* [Work to be completed]: Write out only the opening lines of the entries, through the line with "#67=CARTESIAN_POINT('',(0.,15.5194,1.35255));".

* [Information shown]:
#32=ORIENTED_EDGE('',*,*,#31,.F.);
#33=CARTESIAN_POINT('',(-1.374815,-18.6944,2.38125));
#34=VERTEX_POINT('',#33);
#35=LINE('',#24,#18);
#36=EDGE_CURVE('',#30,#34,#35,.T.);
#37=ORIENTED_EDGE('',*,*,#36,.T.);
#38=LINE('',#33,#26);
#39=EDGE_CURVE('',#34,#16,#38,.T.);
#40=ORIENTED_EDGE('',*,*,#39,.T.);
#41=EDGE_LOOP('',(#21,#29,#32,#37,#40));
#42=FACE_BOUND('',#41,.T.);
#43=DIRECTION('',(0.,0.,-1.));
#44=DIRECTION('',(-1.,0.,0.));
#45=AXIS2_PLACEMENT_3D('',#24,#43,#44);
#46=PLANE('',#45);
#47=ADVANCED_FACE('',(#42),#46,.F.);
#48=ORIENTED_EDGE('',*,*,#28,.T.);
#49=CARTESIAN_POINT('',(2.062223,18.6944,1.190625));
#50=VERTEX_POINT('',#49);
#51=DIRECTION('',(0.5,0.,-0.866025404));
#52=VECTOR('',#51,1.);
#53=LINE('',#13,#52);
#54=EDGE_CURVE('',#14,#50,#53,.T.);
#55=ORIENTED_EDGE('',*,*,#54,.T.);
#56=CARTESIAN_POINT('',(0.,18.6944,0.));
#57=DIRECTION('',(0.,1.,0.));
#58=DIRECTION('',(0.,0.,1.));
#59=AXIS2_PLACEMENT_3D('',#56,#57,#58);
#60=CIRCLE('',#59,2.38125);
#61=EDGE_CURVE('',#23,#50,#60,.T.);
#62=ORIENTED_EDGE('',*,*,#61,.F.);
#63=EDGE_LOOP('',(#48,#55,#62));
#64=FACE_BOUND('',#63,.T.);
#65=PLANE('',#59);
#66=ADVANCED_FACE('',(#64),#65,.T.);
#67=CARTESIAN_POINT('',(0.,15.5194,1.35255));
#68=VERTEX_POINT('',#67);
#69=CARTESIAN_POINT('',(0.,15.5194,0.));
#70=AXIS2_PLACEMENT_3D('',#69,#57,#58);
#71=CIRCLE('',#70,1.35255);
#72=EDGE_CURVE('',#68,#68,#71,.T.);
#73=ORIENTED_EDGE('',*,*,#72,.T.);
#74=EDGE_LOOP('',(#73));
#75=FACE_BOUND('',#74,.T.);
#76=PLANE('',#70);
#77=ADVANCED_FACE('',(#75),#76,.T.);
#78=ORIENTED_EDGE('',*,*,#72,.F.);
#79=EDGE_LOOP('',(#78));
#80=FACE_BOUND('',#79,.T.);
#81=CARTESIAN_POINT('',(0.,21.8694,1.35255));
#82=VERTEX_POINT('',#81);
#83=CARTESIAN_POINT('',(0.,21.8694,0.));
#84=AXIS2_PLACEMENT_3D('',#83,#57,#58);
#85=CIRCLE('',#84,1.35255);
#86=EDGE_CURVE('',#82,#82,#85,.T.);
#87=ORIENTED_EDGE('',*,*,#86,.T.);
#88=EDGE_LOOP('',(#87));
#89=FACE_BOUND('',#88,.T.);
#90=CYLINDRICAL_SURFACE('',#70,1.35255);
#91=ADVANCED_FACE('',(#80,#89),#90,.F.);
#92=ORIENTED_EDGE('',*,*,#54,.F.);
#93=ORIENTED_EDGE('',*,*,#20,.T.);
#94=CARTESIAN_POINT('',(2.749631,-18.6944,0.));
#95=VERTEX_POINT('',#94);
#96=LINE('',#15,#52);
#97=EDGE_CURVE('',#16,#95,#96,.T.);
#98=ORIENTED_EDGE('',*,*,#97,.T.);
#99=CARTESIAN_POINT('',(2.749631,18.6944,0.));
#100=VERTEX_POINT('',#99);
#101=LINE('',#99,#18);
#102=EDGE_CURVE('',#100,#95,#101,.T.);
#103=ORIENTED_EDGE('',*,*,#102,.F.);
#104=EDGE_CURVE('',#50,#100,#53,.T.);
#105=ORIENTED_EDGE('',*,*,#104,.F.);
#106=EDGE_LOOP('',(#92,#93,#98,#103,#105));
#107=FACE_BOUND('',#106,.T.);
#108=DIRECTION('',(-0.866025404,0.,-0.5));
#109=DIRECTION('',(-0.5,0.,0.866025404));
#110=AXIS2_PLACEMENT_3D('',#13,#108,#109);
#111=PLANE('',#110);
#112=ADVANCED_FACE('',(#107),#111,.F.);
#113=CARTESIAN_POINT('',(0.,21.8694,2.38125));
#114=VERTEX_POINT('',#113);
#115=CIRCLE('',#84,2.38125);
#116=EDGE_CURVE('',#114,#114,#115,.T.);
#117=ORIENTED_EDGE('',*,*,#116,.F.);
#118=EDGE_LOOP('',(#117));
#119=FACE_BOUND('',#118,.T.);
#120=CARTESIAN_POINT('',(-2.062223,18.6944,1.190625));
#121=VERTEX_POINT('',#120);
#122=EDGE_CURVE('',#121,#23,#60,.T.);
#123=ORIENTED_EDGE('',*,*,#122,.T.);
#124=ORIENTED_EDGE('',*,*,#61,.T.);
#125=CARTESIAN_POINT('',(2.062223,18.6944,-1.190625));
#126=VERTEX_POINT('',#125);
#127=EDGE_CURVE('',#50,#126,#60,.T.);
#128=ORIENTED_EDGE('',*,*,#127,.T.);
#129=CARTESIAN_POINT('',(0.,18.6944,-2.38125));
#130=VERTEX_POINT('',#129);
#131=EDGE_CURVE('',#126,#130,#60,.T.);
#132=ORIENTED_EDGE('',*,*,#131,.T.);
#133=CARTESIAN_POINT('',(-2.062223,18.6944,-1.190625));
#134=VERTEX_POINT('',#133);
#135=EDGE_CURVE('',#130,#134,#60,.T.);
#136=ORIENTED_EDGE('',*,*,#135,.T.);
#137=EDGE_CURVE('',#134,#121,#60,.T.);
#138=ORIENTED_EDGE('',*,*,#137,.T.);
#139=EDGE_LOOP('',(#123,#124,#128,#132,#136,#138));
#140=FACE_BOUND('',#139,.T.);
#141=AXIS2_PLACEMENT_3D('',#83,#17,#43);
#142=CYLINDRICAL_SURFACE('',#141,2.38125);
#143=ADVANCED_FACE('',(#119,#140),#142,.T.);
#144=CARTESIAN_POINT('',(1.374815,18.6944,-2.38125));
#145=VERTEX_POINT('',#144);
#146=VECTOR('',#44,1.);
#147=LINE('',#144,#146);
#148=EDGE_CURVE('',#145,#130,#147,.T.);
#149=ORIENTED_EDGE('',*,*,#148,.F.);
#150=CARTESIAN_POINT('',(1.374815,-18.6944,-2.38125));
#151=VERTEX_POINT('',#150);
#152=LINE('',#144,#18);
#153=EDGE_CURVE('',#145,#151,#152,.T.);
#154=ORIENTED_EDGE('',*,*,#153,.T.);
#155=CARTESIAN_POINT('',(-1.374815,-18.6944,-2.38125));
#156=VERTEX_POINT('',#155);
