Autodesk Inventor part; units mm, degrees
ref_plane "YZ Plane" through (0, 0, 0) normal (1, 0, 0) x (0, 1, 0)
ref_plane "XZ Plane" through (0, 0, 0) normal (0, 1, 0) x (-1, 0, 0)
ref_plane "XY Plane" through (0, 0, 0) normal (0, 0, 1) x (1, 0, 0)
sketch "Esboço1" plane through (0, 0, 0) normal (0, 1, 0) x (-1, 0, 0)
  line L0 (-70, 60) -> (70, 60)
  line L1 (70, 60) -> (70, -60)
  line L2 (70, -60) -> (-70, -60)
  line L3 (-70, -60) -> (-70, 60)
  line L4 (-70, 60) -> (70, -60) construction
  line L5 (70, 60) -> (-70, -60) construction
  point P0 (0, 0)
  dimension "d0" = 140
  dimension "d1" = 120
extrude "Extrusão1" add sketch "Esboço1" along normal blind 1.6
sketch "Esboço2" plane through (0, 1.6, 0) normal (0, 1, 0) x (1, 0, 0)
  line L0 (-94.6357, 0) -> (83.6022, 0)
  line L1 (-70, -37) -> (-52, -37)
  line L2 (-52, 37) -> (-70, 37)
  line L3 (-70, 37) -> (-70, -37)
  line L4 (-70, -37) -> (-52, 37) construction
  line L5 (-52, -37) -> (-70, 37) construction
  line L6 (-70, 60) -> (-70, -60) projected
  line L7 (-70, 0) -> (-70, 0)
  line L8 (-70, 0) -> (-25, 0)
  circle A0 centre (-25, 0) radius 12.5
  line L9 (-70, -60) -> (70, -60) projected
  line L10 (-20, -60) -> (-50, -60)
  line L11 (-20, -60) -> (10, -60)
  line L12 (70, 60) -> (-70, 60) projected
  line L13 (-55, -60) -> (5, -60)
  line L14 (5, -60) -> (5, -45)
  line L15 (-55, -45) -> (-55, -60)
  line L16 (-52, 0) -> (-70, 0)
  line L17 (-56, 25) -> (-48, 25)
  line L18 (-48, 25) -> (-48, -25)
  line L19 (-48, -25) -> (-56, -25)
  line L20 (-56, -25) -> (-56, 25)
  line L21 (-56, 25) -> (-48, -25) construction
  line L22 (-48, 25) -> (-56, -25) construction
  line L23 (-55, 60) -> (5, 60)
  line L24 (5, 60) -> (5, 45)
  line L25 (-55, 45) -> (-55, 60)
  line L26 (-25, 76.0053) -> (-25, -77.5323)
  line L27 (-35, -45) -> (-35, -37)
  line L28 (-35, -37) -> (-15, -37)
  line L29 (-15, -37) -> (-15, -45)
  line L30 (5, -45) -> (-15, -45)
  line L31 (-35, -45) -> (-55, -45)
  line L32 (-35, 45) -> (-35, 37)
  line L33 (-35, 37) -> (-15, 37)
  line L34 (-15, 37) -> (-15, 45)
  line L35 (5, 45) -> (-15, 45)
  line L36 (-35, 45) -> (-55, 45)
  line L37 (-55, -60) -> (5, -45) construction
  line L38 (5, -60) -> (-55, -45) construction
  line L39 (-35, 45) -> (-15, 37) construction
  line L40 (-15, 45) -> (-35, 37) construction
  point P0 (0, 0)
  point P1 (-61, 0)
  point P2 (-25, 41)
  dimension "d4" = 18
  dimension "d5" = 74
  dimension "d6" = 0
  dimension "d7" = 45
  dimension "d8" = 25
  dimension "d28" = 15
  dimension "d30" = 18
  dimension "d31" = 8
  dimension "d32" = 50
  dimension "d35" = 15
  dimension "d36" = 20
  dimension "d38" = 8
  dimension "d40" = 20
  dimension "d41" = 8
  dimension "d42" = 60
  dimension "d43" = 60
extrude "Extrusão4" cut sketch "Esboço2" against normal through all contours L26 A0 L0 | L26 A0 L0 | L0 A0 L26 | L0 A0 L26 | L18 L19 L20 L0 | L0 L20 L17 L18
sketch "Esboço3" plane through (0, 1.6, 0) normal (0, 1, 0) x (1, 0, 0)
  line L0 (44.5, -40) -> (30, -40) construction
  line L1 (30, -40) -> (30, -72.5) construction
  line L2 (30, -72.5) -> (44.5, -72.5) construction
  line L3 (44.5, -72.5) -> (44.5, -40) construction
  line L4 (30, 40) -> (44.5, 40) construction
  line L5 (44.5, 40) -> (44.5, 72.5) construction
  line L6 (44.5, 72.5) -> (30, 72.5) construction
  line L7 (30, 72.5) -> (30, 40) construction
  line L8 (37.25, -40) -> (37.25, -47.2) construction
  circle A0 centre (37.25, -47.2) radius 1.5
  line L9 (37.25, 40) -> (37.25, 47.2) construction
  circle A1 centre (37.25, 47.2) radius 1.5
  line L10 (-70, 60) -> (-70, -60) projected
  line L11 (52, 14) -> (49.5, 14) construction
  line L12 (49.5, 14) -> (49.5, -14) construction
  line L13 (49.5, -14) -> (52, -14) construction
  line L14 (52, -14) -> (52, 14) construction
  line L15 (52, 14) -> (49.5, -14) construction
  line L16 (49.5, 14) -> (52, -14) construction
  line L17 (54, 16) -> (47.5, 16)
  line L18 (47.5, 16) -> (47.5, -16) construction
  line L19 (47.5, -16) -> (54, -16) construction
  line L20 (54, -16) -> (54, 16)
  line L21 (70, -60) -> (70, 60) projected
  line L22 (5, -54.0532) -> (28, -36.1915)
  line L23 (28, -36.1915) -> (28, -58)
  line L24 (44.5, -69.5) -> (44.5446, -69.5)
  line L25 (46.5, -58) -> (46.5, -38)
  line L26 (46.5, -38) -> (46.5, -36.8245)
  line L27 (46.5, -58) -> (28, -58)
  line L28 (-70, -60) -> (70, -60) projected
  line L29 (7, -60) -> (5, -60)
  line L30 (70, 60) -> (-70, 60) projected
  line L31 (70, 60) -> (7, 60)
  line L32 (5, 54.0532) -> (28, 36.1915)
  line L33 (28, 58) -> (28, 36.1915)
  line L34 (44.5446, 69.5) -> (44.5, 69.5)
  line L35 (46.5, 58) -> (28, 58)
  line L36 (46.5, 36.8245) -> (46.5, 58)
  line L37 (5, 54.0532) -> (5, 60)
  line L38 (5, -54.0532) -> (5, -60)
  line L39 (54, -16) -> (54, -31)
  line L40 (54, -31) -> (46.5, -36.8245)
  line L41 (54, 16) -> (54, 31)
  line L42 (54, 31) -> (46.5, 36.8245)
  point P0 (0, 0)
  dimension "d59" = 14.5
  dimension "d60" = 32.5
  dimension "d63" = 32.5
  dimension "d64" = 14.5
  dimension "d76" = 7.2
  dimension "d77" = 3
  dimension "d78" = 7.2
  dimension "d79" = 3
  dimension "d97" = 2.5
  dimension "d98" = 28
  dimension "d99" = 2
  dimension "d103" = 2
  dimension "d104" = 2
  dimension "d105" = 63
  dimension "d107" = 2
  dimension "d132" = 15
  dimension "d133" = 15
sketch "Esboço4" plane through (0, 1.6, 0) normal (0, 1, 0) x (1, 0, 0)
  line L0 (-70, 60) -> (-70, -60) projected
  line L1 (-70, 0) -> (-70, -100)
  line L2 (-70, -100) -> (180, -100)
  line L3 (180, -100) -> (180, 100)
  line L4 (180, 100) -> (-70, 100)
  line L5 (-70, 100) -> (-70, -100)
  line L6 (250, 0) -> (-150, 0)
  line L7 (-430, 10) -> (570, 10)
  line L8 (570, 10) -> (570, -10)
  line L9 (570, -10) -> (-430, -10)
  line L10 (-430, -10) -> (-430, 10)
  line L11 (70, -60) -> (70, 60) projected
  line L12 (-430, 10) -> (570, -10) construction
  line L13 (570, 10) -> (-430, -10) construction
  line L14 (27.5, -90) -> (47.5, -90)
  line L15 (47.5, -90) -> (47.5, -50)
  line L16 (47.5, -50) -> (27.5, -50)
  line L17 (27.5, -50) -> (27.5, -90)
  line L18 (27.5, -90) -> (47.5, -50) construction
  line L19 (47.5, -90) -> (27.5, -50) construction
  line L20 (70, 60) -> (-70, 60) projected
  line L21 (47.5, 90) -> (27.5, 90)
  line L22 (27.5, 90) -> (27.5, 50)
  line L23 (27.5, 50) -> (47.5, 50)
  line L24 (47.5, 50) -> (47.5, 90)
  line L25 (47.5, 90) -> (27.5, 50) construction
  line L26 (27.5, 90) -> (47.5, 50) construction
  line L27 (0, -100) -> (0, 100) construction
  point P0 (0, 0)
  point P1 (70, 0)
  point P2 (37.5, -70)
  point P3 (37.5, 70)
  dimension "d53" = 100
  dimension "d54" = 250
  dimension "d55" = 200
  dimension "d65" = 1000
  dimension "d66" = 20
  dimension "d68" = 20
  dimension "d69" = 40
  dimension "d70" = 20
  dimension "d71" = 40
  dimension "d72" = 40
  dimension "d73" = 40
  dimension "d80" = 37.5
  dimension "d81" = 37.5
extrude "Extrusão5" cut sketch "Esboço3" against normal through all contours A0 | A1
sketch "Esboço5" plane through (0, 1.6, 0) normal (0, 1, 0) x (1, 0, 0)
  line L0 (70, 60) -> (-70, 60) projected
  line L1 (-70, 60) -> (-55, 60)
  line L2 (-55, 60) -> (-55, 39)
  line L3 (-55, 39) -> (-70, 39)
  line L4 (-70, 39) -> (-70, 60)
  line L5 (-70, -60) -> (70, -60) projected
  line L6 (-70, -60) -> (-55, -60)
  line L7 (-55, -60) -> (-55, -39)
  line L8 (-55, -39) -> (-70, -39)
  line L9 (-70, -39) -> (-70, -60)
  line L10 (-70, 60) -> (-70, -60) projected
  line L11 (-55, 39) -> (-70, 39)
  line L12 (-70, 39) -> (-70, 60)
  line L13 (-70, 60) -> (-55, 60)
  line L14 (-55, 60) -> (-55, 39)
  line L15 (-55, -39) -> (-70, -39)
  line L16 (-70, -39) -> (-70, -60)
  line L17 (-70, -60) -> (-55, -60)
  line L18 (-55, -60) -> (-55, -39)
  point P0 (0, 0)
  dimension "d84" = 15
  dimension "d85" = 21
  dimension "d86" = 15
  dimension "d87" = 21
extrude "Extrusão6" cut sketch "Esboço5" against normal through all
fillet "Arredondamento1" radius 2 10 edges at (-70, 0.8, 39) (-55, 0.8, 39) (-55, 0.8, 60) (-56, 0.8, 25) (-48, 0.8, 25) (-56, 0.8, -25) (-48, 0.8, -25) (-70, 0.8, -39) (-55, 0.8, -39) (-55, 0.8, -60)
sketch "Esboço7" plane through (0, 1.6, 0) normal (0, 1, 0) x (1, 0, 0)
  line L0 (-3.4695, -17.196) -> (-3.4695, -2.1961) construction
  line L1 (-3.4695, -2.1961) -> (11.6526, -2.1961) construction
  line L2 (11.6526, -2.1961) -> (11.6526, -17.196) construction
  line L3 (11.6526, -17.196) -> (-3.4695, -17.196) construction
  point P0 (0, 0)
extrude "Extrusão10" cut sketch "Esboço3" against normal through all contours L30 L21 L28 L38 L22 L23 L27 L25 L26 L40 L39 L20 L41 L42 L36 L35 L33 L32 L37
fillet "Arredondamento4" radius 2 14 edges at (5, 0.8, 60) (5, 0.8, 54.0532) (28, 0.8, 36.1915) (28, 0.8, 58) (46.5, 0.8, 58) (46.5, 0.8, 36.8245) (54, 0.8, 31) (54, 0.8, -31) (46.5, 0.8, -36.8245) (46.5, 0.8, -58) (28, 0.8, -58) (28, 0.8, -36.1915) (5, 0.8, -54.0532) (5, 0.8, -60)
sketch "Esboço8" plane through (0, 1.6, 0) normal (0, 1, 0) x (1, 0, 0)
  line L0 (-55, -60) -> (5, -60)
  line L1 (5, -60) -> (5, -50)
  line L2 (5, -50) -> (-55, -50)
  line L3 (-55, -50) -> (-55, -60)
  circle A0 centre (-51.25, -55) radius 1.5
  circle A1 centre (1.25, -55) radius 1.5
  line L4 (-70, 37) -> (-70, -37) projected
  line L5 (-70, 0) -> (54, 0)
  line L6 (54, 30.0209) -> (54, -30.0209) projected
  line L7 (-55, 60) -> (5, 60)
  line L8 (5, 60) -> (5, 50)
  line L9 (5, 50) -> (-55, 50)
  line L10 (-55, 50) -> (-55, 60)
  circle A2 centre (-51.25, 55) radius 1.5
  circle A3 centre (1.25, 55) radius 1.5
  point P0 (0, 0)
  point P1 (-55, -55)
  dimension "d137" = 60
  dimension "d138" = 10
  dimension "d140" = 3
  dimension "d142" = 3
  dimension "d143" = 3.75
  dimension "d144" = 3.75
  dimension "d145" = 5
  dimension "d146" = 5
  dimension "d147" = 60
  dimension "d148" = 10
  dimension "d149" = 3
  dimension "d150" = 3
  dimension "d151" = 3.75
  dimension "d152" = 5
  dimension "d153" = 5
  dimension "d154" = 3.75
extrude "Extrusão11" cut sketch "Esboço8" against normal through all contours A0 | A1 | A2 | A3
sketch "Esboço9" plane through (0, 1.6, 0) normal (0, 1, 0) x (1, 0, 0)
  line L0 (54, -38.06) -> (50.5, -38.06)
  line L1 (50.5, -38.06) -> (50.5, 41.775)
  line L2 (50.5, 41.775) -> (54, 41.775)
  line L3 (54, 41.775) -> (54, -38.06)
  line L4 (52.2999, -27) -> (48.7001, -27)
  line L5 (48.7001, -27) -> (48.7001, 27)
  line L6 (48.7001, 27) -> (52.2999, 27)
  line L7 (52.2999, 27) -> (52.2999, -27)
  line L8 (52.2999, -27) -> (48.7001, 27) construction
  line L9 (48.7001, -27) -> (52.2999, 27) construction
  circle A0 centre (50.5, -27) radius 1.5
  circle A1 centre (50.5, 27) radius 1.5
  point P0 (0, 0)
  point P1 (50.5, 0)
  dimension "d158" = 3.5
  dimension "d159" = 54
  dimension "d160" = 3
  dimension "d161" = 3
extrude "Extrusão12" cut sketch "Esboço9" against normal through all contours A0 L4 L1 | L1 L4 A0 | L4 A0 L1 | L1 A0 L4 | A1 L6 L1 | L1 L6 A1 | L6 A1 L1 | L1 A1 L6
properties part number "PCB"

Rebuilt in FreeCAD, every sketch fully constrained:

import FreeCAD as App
import Part
import Sketcher

V = App.Vector


def edges_at(feature, points):
    """Names of the edges that pass closest to the given points."""
    edges = feature.Shape.Edges
    near = lambda p: min(range(len(edges)), key=lambda i: edges[i].distToShape(Part.Vertex(*p))[0])
    return sorted({f"Edge{near(p) + 1}" for p in points})

doc = App.newDocument("Part")
body = doc.addObject("PartDesign::Body", "Body")

# Sketch on XZ plane
sketch1 = body.newObject("Sketcher::SketchObject", "Sketch")
sketch1.AttachmentSupport = (doc.getObject("XZ_Plane"), [""])
sketch1.MapMode = "FlatFace"
sketch1.addGeometry([
    Part.LineSegment(V(-70, 60, 0), V(70, 60, 0)),
    Part.LineSegment(V(70, 60, 0), V(70, -60, 0)),
    Part.LineSegment(V(70, -60, 0), V(-70, -60, 0)),
    Part.LineSegment(V(-70, -60, 0), V(-70, 60, 0)),
], False)
sketch1.addConstraint([
    Sketcher.Constraint("Coincident", 0, 2, 1, 1),
    Sketcher.Constraint("Coincident", 1, 2, 2, 1),
    Sketcher.Constraint("Coincident", 2, 2, 3, 1),
    Sketcher.Constraint("Coincident", 3, 2, 0, 1),
    Sketcher.Constraint("Horizontal", 0),
    Sketcher.Constraint("Vertical", 1),
    Sketcher.Constraint("Horizontal", 2),
    Sketcher.Constraint("Vertical", 3),
    Sketcher.Constraint("Symmetric", 0, 2, 2, 2, -1, 1),
    Sketcher.Constraint("DistanceX", 0, 1, 0, 2, 140.0),
    Sketcher.Constraint("DistanceY", 1, 2, 1, 1, 120.0),
])
pad1 = body.newObject("PartDesign::Pad", "Pad")
pad1.Profile = sketch1
pad1.Length = 1.6
pad1.Reversed = True

# Sketch on XZ plane
sketch2 = body.newObject("Sketcher::SketchObject", "Sketch001")
sketch2.AttachmentSupport = (doc.getObject("XZ_Plane"), [""])
sketch2.MapMode = "FlatFace"
sketch2.AttachmentOffset = App.Placement(V(0, 0, -1.6), App.Rotation())
sketch2.addGeometry([
    Part.Circle(V(-25, 0, 0), V(0, 0, 1), 12.5),  # 0
    Part.LineSegment(V(-48, 25, 0), V(-48, -25, 0)),  # 1
    Part.LineSegment(V(-48, -25, 0), V(-56, -25, 0)),  # 2
    Part.LineSegment(V(-56, -25, 0), V(-56, 25, 0)),  # 3
    Part.LineSegment(V(-56, 25, 0), V(-48, 25, 0)),  # 4
], False)
sketch2.addConstraint([
    Sketcher.Constraint("Coincident", 1, 2, 2, 1),
    Sketcher.Constraint("Coincident", 2, 2, 3, 1),
    Sketcher.Constraint("Coincident", 3, 2, 4, 1),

* [Answer to the exercise]:
#32=ORIENTED_EDGE('',*,*,#31,.F.);
#33=CARTESIAN_POINT('',(-1.374815,-18.6944,2.38125));
#34=VERTEX_POINT('',#33);
#35=LINE('',#24,#18);
#36=EDGE_CURVE('',#30,#34,#35,.T.);
#37=ORIENTED_EDGE('',*,*,#36,.T.);
#38=LINE('',#33,#26);
#39=EDGE_CURVE('',#34,#16,#38,.T.);
#40=ORIENTED_EDGE('',*,*,#39,.T.);
#41=EDGE_LOOP('',(#21,#29,#32,#37,#40));
#42=FACE_BOUND('',#41,.T.);
#43=DIRECTION('',(0.,0.,-1.));
#44=DIRECTION('',(-1.,0.,0.));
#45=AXIS2_PLACEMENT_3D('',#24,#43,#44);
#46=PLANE('',#45);
#47=ADVANCED_FACE('',(#42),#46,.F.);
#48=ORIENTED_EDGE('',*,*,#28,.T.);
#49=CARTESIAN_POINT('',(2.062223,18.6944,1.190625));
#50=VERTEX_POINT('',#49);
#51=DIRECTION('',(0.5,0.,-0.866025404));
#52=VECTOR('',#51,1.);
#53=LINE('',#13,#52);
#54=EDGE_CURVE('',#14,#50,#53,.T.);
#55=ORIENTED_EDGE('',*,*,#54,.T.);
#56=CARTESIAN_POINT('',(0.,18.6944,0.));
#57=DIRECTION('',(0.,1.,0.));
#58=DIRECTION('',(0.,0.,1.));
#59=AXIS2_PLACEMENT_3D('',#56,#57,#58);
#60=CIRCLE('',#59,2.38125);
#61=EDGE_CURVE('',#23,#50,#60,.T.);
#62=ORIENTED_EDGE('',*,*,#61,.F.);
#63=EDGE_LOOP('',(#48,#55,#62));
#64=FACE_BOUND('',#63,.T.);
#65=PLANE('',#59);
#66=ADVANCED_FACE('',(#64),#65,.T.);
#67=CARTESIAN_POINT('',(0.,15.5194,1.35255));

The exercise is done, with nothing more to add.